"Absolutely!" Freddy Farmer spoke up. "And quite a person, too. She has killed no less than three hundred and six Nazis!"

"Good Gosh!" Jones choked out. "What a bloodthirsty damsel!"

"Not at all!" Dawson corrected him with a chuckle. "Senior Lieutenant Nasha Petrovski just doesn't like Nazis, that's all!"


CHAPTER FIFTEEN

Land of the Dead

It was just as Senior Lieutenant Petrovski had predicted. The night had no moon, and even the stars were blotted out by a five hundred foot thick layer of overcast. Pitch darkness engulfed everything in all directions. Dave Dawson couldn't see a single speck of light, save one. And that one bit of light, which was no more than a faint pale glow, was from the hooded single bulb on the instrument panel of the North American B-Twenty-Five medium bomber. Just enough light to let him read the automatic compass, and a couple of other essential instruments.
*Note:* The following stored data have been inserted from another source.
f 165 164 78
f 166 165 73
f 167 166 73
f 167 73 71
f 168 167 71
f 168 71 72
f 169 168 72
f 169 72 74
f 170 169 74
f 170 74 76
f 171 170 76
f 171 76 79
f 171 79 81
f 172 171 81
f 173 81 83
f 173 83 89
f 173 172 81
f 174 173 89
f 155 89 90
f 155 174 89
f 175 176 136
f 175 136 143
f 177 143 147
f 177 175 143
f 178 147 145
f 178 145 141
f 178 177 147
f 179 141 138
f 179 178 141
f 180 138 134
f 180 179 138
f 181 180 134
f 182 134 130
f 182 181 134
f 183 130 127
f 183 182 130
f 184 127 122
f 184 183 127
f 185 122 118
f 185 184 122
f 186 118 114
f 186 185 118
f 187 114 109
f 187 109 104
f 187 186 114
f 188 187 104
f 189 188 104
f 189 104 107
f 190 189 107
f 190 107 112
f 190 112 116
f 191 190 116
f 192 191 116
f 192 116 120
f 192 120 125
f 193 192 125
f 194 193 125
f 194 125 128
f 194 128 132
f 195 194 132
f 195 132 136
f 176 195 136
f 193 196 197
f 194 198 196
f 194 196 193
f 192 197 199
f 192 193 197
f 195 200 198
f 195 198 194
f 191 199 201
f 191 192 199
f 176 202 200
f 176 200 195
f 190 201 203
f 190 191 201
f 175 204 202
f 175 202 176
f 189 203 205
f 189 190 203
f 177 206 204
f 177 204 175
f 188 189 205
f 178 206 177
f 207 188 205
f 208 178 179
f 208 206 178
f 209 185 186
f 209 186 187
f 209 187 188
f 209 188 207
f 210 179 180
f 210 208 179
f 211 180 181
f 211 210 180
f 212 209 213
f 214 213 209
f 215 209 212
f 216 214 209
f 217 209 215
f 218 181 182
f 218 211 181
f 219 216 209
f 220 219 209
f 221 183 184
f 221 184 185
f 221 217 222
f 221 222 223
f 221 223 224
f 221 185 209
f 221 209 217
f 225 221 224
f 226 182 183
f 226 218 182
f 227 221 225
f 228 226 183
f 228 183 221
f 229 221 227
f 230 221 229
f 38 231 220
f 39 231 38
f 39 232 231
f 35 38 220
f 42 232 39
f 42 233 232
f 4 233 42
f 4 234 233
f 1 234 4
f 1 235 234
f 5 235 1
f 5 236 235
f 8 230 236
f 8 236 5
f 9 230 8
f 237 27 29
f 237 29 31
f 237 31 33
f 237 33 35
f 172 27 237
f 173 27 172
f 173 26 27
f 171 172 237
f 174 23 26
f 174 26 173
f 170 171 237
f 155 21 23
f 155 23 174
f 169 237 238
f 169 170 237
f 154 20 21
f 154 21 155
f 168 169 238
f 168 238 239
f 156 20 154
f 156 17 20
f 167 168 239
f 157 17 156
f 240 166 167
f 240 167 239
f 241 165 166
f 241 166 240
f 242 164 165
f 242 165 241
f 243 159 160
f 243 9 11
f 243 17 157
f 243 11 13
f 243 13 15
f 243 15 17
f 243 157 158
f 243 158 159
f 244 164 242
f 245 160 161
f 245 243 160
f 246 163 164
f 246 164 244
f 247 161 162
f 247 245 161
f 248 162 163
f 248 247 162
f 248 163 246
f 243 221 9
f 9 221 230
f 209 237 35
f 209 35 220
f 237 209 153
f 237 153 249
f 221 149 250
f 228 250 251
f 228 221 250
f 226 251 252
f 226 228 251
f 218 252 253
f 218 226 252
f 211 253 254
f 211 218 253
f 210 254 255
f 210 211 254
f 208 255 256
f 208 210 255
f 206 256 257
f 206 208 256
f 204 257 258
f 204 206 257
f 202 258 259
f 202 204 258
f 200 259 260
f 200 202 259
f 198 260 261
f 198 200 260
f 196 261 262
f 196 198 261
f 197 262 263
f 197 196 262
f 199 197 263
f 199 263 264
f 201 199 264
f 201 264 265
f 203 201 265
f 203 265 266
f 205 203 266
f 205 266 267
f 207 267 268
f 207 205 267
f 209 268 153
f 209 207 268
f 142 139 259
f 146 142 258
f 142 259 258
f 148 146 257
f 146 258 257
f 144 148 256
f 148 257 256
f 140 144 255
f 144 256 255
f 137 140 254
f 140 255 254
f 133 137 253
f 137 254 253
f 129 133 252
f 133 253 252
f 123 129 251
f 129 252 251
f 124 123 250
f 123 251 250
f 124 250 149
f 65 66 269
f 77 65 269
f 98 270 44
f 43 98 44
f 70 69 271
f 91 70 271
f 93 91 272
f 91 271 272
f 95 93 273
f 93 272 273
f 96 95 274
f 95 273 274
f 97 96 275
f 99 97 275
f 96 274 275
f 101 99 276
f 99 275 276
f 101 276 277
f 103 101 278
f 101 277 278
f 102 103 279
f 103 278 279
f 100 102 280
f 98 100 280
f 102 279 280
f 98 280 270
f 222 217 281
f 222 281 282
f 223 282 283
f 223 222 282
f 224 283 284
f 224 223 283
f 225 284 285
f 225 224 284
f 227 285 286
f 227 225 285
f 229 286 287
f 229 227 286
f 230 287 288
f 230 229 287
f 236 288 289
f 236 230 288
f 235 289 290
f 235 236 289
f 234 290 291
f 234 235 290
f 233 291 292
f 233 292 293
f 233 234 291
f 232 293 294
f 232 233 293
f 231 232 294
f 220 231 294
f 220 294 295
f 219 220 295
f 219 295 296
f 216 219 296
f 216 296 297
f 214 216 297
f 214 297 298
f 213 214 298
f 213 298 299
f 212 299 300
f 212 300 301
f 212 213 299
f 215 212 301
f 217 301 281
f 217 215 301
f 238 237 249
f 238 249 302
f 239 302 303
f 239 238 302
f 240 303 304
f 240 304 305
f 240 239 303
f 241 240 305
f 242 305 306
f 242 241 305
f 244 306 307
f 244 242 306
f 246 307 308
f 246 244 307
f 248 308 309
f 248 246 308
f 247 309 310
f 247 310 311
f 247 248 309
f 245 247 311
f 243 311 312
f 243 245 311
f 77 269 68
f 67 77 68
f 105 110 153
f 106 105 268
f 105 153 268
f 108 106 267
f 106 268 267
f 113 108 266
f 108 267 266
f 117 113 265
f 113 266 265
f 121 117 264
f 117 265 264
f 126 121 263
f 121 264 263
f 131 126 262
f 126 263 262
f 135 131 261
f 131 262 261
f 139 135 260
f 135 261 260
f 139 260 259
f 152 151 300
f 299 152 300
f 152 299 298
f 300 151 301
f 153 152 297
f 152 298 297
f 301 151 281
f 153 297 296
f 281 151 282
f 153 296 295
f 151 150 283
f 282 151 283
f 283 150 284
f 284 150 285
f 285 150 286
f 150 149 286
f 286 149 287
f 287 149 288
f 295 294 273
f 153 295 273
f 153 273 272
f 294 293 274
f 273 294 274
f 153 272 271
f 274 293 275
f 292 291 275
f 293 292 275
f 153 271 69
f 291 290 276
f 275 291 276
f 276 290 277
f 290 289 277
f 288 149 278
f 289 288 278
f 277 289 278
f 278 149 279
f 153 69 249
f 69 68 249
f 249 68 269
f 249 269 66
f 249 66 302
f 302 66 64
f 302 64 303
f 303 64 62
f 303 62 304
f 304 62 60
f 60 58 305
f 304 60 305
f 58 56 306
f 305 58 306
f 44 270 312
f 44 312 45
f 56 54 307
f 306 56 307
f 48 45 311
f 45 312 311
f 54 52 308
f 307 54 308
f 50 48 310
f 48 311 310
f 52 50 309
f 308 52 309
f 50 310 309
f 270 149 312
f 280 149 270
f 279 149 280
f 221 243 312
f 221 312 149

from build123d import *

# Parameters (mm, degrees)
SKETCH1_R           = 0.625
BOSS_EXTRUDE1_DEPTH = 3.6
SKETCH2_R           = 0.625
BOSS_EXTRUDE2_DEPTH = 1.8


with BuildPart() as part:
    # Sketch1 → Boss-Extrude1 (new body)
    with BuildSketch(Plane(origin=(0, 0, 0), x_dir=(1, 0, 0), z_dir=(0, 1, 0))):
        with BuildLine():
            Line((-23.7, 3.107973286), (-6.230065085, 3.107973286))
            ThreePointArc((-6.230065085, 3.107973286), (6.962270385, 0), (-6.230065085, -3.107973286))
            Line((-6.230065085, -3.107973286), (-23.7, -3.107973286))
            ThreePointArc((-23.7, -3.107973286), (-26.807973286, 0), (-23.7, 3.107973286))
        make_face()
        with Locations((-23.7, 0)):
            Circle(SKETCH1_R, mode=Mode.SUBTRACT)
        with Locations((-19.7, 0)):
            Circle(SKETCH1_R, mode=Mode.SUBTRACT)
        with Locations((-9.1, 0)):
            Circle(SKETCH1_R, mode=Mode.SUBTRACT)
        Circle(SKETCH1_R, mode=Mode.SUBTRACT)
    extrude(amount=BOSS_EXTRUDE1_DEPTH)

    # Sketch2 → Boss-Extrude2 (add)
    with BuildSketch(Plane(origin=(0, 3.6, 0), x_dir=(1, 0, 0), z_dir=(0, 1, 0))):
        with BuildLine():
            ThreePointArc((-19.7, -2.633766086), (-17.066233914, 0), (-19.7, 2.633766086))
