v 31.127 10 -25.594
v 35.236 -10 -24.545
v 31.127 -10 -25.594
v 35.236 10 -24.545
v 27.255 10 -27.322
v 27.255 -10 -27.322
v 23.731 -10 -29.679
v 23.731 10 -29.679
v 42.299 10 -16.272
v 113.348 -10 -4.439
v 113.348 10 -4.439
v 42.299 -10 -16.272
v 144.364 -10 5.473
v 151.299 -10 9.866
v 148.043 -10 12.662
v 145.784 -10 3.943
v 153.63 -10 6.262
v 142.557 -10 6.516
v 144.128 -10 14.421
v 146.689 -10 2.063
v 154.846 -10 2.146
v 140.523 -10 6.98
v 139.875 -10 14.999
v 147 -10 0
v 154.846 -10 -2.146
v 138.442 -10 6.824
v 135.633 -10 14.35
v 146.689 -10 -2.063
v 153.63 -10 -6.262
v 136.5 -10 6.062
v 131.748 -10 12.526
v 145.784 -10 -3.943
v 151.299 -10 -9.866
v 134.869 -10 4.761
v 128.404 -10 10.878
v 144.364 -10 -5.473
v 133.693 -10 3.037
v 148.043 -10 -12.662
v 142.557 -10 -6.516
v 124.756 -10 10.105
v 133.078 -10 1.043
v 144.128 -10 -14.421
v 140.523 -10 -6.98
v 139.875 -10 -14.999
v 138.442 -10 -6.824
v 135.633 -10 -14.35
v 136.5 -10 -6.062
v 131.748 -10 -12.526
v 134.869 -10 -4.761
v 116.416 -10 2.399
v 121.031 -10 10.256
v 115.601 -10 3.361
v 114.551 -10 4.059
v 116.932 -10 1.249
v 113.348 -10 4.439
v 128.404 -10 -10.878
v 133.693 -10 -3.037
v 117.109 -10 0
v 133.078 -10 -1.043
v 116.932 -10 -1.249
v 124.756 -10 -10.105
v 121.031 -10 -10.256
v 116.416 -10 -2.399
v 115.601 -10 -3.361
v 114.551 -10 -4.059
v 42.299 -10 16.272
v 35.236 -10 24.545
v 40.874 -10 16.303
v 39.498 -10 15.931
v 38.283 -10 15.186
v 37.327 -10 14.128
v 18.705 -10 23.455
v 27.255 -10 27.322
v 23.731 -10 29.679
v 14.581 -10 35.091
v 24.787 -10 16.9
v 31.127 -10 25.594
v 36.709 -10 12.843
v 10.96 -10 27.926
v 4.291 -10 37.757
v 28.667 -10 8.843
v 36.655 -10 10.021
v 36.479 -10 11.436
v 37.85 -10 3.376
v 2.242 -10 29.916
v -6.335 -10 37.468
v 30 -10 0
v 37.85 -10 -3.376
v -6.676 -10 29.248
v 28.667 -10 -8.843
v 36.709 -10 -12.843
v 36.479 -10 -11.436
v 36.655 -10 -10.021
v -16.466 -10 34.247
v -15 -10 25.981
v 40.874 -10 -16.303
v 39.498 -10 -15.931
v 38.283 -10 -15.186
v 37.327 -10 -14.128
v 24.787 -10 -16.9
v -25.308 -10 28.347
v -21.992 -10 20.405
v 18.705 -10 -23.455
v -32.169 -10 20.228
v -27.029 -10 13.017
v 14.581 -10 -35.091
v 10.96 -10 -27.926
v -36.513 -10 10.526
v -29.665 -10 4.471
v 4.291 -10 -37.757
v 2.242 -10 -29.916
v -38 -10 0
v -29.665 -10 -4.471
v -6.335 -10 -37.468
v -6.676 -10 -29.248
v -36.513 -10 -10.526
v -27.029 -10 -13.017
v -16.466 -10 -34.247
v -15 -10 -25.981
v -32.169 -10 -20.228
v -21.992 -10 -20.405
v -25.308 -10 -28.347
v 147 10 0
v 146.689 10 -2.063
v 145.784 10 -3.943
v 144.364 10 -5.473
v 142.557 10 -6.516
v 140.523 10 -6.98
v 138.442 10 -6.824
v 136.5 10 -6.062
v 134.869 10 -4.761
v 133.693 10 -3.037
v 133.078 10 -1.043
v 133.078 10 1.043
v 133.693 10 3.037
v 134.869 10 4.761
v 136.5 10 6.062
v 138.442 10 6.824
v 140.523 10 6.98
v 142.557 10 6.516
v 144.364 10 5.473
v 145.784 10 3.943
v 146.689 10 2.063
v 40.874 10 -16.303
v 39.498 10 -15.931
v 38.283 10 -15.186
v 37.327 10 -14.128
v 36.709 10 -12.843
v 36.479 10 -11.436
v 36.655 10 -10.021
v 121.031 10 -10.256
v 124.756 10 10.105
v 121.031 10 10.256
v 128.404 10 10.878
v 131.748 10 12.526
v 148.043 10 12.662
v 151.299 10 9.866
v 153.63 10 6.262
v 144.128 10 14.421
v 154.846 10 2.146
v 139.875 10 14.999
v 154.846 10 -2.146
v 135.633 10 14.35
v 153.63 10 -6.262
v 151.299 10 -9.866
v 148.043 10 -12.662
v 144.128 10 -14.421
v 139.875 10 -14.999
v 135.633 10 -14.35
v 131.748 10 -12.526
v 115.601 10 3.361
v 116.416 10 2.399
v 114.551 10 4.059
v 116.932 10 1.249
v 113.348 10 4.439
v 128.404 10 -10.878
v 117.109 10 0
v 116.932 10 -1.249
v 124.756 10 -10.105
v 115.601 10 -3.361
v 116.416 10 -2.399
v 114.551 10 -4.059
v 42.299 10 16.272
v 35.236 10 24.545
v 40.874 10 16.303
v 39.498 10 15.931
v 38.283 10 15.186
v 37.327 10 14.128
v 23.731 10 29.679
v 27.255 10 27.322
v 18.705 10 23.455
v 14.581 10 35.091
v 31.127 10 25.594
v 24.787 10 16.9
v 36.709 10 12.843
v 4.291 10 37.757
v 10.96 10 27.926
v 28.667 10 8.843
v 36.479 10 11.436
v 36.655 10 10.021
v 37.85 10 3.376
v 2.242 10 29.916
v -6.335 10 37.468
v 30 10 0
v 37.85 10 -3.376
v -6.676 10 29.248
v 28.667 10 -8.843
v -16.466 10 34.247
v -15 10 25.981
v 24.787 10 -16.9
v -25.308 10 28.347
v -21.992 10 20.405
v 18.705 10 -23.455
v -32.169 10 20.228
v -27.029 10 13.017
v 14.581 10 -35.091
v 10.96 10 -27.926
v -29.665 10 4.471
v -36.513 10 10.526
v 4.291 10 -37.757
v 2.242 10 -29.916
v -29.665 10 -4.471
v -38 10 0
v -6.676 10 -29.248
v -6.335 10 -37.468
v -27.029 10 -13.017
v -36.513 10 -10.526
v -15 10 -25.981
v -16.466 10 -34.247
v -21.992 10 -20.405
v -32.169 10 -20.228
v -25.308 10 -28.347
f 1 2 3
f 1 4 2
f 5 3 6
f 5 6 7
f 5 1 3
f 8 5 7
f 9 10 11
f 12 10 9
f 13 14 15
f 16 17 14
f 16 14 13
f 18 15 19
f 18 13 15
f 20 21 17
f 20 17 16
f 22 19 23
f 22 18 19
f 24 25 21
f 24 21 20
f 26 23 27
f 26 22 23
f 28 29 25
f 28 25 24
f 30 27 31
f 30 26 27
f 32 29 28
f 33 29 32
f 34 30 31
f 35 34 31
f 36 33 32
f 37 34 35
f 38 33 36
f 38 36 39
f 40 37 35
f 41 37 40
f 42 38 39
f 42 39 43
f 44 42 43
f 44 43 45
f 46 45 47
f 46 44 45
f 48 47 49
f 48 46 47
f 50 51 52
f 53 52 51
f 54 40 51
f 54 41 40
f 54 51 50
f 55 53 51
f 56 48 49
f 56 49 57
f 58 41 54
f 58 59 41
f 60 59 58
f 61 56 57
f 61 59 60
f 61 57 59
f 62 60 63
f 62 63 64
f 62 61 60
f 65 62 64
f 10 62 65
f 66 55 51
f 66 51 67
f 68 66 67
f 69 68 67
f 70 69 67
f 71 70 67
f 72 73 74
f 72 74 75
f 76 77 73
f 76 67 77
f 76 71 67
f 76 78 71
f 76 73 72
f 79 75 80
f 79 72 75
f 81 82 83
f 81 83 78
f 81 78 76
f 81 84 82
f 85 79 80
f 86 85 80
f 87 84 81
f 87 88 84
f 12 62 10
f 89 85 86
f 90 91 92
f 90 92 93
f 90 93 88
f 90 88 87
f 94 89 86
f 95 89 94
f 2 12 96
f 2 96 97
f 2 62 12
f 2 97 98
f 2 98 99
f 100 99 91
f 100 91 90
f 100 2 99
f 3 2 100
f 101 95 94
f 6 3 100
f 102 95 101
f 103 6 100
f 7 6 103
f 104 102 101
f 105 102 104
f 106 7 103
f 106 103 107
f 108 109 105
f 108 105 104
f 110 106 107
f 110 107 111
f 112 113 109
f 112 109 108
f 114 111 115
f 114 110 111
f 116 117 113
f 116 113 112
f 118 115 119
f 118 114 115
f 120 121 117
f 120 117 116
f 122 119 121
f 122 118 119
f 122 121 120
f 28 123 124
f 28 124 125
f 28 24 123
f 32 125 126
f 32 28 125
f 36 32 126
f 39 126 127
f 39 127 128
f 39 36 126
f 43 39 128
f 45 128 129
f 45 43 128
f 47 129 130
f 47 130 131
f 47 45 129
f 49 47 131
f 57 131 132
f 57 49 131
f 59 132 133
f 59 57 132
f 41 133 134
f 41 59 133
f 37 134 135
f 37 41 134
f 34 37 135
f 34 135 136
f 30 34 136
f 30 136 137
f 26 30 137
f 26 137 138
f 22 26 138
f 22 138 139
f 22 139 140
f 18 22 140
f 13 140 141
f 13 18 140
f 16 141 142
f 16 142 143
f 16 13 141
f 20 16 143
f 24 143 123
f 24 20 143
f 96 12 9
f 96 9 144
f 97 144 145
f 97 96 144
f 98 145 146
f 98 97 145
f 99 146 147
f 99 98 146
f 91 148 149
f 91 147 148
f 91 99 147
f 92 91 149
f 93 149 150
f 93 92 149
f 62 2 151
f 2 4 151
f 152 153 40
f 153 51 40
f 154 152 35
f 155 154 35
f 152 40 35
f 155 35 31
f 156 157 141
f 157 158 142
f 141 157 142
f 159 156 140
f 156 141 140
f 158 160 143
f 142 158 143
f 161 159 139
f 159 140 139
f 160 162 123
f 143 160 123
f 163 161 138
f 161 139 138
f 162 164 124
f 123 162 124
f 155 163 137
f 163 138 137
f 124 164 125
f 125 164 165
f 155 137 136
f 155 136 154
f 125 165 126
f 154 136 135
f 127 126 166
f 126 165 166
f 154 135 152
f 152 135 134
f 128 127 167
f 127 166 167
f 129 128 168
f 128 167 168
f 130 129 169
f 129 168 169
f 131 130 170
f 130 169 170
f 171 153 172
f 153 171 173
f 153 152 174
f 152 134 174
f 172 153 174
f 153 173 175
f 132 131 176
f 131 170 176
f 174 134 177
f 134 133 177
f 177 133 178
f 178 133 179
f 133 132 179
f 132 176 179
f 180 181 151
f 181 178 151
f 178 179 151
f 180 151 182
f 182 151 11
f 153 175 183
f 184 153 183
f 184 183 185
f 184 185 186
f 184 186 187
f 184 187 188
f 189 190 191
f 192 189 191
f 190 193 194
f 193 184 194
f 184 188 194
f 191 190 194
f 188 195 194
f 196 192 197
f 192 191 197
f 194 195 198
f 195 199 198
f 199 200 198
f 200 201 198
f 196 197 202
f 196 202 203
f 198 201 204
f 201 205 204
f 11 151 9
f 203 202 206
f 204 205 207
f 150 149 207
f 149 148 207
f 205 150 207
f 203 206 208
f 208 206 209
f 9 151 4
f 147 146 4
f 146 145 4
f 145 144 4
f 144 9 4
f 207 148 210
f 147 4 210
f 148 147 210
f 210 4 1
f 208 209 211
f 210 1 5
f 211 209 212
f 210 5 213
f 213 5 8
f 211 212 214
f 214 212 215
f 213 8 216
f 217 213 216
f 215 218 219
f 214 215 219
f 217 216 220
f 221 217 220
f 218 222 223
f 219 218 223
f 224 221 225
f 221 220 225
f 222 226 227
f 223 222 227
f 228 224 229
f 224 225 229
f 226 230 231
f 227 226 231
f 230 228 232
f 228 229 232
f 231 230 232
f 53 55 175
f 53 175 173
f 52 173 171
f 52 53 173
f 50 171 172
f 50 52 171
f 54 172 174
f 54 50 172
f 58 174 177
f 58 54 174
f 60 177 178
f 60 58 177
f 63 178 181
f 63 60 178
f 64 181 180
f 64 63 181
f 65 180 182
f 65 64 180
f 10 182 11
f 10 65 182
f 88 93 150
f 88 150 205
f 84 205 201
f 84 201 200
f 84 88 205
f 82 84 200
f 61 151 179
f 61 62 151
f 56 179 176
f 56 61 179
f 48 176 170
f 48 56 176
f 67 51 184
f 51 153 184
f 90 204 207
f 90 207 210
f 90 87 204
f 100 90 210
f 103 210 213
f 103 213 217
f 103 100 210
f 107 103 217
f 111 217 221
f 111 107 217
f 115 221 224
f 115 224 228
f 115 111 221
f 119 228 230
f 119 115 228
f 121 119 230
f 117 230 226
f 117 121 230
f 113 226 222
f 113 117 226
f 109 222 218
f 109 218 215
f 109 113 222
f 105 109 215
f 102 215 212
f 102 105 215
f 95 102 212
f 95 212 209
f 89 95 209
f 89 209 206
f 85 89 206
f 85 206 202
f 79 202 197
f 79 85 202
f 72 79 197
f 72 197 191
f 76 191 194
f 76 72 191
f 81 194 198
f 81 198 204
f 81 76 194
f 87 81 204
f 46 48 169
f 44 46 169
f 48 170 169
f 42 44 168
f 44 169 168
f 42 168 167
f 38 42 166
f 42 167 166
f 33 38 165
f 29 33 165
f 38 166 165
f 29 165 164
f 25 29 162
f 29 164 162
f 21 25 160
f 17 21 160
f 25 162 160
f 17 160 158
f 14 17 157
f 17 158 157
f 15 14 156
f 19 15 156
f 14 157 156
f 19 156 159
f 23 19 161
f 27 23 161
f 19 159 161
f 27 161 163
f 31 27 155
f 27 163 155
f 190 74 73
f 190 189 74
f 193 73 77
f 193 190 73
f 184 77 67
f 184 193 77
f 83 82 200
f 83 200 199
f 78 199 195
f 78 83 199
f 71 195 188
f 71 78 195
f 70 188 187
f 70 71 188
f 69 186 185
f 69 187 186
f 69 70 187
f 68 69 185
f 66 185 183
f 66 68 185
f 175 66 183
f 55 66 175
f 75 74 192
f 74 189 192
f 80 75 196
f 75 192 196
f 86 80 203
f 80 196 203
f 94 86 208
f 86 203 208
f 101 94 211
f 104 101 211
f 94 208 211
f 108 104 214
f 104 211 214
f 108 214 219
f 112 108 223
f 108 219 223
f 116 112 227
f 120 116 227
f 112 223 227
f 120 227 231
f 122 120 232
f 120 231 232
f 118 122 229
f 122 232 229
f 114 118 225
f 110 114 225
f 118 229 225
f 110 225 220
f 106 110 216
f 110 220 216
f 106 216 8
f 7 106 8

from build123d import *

# Parameters (mm, degrees)
SKETCH1_R           = 30
SKETCH1_R_2         = 7
BOSS_EXTRUDE1_DEPTH = 10
FILLET1_R           = 15
FILLET2_R           = 25
CUT_EXTRUDE1_DEPTH  = 21


with BuildPart() as part:
    # Sketch1 → Boss-Extrude1 (new body, symmetric)
    with BuildSketch(Plane(origin=(0, 0, 0), x_dir=(1, 0, 0), z_dir=(0, 1, 0))):
        with BuildLine():
            Line((27.935473676, 25.760615491), (128.063755469, 9.084385863))
            ThreePointArc((128.063755469, 9.084385863), (155, 0), (128.063755469, -9.084385863))
            Line((128.063755469, -9.084385863), (27.935473676, -25.760615491))
            ThreePointArc((27.935473676, -25.760615491), (-38, 0), (27.935473676, 25.760615491))
        make_face()
        Circle(SKETCH1_R, mode=Mode.SUBTRACT)
        with Locations((140, 0)):
            Circle(SKETCH1_R_2, mode=Mode.SUBTRACT)
    extrude(amount=BOSS_EXTRUDE1_DEPTH, both=True)

    # Fillet1
    fillet1_edges = [part.edges().sort_by_distance(p)[0] for p in [
        (128.063755469, 0, -9.084385863),
        (128.063755469, 0, 9.084385863),
    ]]
    fillet(fillet1_edges, radius=FILLET1_R)

    # Fillet2
    fillet2_edges = [part.edges().sort_by_distance(p)[0] for p in [
        (27.935473676, 0, -25.760615491),
        (27.935473676, 0, 25.760615491),
    ]]
    fillet(fillet2_edges, radius=FILLET2_R)

    # Sketch2 → Cut-Extrude1 (cut, through all)
    with BuildSketch(Plane.XZ.offset(10)):
        with BuildLine():
            Line((42.299222529, 16.271932074), (113.347981366, 4.438857582))
            ThreePointArc((113.347981366, 4.438857582), (117.108695652, 0), (113.347981366, -4.438857582))
            Line((113.347981366, -4.438857582), (42.299222529, -16.271932074))
            ThreePointArc((42.299222529, -16.271932074), (37.766889928, -14.690866644), (36.65479466, -10.021278781))
            ThreePointArc((36.65479466, -10.021278781), (38, 0), (36.65479466, 10.021278781))
            ThreePointArc((36.65479466, 10.021278781), (37.766889928, 14.690866644), (42.299222529, 16.271932074))
        make_face()
    extrude(amount=-CUT_EXTRUDE1_DEPTH, mode=Mode.SUBTRACT)


solid = part.part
However, apart from that bit of faint light, he might well have been in the middle of a throbbing, inky dark world. The throbbing was from the two Wright Cyclone engines that were driving the B-Twenty-Five up higher and higher into the night sky. Just half an hour before he had lifted the aircraft off the square field on the western edge of Urbakh. Major Saratov, and a few other Soviet officers, had been present to wish them all well, and Godspeed back. But Dave had not missed the look half hidden in the Russian Major's eyes. And spotting that look certainly hadn't added to the joy of the dangerous flight to be undertaken. In other words, it was quite evident that Major Saratov was inwardly bidding them a very permanent farewell. Should he ever meet them again, he would undoubtedly be the most surprised man in all of the Soviet.

Whether the Russian girl officer of Soviet Intelligence, or Freddy Farmer, or Agent Jones, had noted that same look, Dawson didn't know. And, naturally, he hadn't tried to find out. If they had seen it, talking wouldn't help any. And if they hadn't, then what they didn't know wouldn't hurt them. Just the same, the little lumps of bouncing cold lead had returned to Dawson's stomach as he cleared the field and sent the B-Twenty-Five nosing upward.

Now, though, the bouncing lumps of lead were all gone. No, not because courage and all the rest of that sort of thing had driven them away. It was simply because he had other things to think about, and he was too busy to check and recheck his personal feelings. Some eighteen thousand feet of air were between the bomber's belly and the earth, and the layer of overcast now below the aircraft blotted out the ground just as completely as another layer of overcast higher up blotted out the stars.